A SpaceX, empresa de exploração espacial liderada por Elon Musk, anunciou nesta quarta-feira (3) que o preço de suas ações para a oferta pública inicial (IPO) será de US$ 135. A operação ocorrerá na bolsa de Nova York, marcando a entrada oficial da companhia no mercado de capitais.
Para quem não está familiarizado com o termo, o IPO (Initial Public Offering) é a primeira vez que uma empresa vende suas ações para o público geral. Esse processo permite que a companhia capte recursos para expansão e que investidores passem a negociar seus papéis abertamente no mercado.
A estratégia de Musk foge aos padrões de Wall Street. A divulgação do preço uma semana antes da oferta é um movimento raro em grandes IPOs nos Estados Unidos, reforçando a imagem do empresário como alguém que desafia as convenções do mercado financeiro.
A meta de captação é ambiciosa: a SpaceX pretende levantar US$ 75 bilhões, o que representaria o maior valor já obtido em um IPO global. Com isso, a empresa seria avaliada em US$ 1,75 trilhão, posicionando-a imediatamente entre as dez companhias mais valiosas dos Estados Unidos.
O cronograma prevê que a apresentação para investidores comece na próxima quinta-feira (10). A definição final do preço deve ocorrer em 11 de junho, com o início da negociação das ações na Nasdaq previsto para o dia seguinte.
Além do preço, Musk propõe mudanças na governança e na distribuição dos papéis. Ele defende uma maior participação de investidores individuais e uma inclusão mais rápida da empresa em índices financeiros, embora mantenha a estrutura para garantir seu controle sobre a gestão da companhia.
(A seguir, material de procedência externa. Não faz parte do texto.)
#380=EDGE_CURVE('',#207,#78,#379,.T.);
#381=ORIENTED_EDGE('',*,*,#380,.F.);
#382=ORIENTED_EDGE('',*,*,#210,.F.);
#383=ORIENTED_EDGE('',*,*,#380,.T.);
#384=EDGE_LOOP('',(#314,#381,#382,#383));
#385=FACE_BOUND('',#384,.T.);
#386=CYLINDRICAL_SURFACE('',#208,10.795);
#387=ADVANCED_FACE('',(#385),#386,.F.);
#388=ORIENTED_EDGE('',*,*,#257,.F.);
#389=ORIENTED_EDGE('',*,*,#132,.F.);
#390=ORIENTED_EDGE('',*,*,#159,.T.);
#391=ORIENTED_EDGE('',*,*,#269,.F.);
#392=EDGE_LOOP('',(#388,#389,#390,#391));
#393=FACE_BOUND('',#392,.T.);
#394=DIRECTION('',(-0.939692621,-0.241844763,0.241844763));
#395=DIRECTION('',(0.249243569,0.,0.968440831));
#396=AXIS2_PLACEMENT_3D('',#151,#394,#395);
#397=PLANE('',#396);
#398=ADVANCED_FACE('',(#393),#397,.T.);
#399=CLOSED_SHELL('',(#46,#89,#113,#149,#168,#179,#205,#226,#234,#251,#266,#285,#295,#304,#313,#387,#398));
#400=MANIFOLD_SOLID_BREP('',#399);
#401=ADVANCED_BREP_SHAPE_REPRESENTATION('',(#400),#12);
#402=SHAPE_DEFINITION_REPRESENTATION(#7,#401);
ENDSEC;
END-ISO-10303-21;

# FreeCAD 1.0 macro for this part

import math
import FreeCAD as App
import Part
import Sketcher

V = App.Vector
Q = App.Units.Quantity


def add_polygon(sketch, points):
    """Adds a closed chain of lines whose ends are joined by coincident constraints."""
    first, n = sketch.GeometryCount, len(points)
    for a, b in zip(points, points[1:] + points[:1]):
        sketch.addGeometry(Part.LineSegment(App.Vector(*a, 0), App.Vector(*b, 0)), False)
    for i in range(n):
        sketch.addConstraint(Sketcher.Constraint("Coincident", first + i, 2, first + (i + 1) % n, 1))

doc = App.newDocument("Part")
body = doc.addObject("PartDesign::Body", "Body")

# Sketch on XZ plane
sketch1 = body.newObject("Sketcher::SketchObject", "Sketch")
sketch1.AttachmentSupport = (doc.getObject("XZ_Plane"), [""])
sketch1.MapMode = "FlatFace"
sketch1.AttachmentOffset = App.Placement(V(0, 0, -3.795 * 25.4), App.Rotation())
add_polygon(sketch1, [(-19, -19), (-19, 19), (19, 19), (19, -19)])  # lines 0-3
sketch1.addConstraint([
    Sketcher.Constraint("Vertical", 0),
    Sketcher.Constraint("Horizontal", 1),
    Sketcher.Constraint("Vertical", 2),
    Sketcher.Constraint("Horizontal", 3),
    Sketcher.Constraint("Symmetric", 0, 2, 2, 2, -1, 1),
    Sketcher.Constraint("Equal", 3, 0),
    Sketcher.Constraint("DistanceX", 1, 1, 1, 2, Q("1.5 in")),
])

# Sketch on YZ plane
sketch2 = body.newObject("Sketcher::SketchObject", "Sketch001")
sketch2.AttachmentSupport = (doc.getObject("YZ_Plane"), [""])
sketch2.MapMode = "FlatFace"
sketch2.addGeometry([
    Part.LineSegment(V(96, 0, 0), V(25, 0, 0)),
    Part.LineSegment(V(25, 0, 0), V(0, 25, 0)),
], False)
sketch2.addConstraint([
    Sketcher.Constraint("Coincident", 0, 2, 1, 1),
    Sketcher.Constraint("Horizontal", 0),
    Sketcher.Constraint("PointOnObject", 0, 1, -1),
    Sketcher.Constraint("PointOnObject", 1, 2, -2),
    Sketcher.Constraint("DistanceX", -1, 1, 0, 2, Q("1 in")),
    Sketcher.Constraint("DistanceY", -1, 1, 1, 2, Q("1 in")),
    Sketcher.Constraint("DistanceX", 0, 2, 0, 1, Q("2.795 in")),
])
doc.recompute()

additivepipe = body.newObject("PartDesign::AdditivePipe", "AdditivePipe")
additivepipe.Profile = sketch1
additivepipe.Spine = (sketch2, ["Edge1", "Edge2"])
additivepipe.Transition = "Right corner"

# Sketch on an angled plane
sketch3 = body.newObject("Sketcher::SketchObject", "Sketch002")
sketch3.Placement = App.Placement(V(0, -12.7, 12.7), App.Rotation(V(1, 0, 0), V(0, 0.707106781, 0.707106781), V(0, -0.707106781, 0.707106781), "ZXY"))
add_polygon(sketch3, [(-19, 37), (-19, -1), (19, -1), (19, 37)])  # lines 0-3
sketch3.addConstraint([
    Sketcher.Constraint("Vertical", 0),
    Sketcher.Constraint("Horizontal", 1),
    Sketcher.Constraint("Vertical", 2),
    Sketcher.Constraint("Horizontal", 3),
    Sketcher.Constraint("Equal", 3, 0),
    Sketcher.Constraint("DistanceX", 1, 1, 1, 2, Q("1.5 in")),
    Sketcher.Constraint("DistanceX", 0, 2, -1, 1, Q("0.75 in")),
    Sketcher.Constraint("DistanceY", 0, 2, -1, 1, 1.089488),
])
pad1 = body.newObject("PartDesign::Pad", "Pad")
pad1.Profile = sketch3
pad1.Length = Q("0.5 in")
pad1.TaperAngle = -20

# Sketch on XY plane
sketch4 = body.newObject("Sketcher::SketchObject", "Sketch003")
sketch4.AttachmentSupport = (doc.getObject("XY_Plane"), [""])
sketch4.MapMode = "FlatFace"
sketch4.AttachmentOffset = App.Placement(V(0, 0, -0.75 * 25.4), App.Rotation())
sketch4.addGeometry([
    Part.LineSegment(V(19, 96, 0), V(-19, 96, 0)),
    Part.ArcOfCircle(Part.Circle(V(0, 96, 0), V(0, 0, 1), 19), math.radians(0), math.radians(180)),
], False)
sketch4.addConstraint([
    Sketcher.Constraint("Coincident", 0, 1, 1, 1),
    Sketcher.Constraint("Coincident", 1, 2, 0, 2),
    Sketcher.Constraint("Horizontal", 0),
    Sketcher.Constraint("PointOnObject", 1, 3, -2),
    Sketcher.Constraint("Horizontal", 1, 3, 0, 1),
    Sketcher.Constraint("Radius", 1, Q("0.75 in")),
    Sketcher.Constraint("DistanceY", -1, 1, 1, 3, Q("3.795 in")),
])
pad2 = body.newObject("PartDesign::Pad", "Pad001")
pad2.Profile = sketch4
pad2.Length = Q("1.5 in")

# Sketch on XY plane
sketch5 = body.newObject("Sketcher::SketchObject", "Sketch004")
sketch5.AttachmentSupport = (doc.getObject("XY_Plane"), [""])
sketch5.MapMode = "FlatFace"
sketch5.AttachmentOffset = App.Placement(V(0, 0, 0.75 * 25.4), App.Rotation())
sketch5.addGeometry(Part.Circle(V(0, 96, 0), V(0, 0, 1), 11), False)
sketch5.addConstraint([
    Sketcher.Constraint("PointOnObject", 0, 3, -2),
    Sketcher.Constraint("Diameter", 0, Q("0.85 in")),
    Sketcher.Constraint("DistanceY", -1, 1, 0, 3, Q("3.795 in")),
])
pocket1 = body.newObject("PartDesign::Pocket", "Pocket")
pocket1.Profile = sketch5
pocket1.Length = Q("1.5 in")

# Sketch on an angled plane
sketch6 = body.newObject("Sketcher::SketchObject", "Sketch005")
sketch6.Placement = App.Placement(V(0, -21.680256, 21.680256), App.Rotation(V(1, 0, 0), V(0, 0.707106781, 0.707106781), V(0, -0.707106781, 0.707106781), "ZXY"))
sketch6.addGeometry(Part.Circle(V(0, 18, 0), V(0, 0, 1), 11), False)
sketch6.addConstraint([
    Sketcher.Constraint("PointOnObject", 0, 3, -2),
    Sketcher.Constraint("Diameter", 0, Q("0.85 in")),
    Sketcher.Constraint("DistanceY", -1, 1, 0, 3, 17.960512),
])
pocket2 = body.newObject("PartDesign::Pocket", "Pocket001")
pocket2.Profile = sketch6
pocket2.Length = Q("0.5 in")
“Nada neste IPO é normal em qualquer aspecto, mas, por outro lado, este é o maior IPO da história, então talvez isso não seja surpreendente”, afirmou um investidor que pretende adquirir as ações.
Atualmente, a empresa passa pelo chamado roadshow, etapa em que bancos e executivos consultam investidores para validar a faixa de preço. Enquanto a SpaceX busca a avaliação de US$ 1,75 trilhão, parte do mercado sugeria valores próximos a US$ 1,5 trilhão ou menos.
A operação gerou uma corrida entre grandes instituições financeiras, motivada pela reputação de Musk e pelo potencial de arrecadação de taxas milionárias. Bancos como Mizuho, Deutsche Bank, UBS e Barclays foram incentivados a focar em investidores pessoas físicas de alta renda, diversificando o público que tradicionalmente era composto apenas por grandes gestoras de ativos e fundos hedge.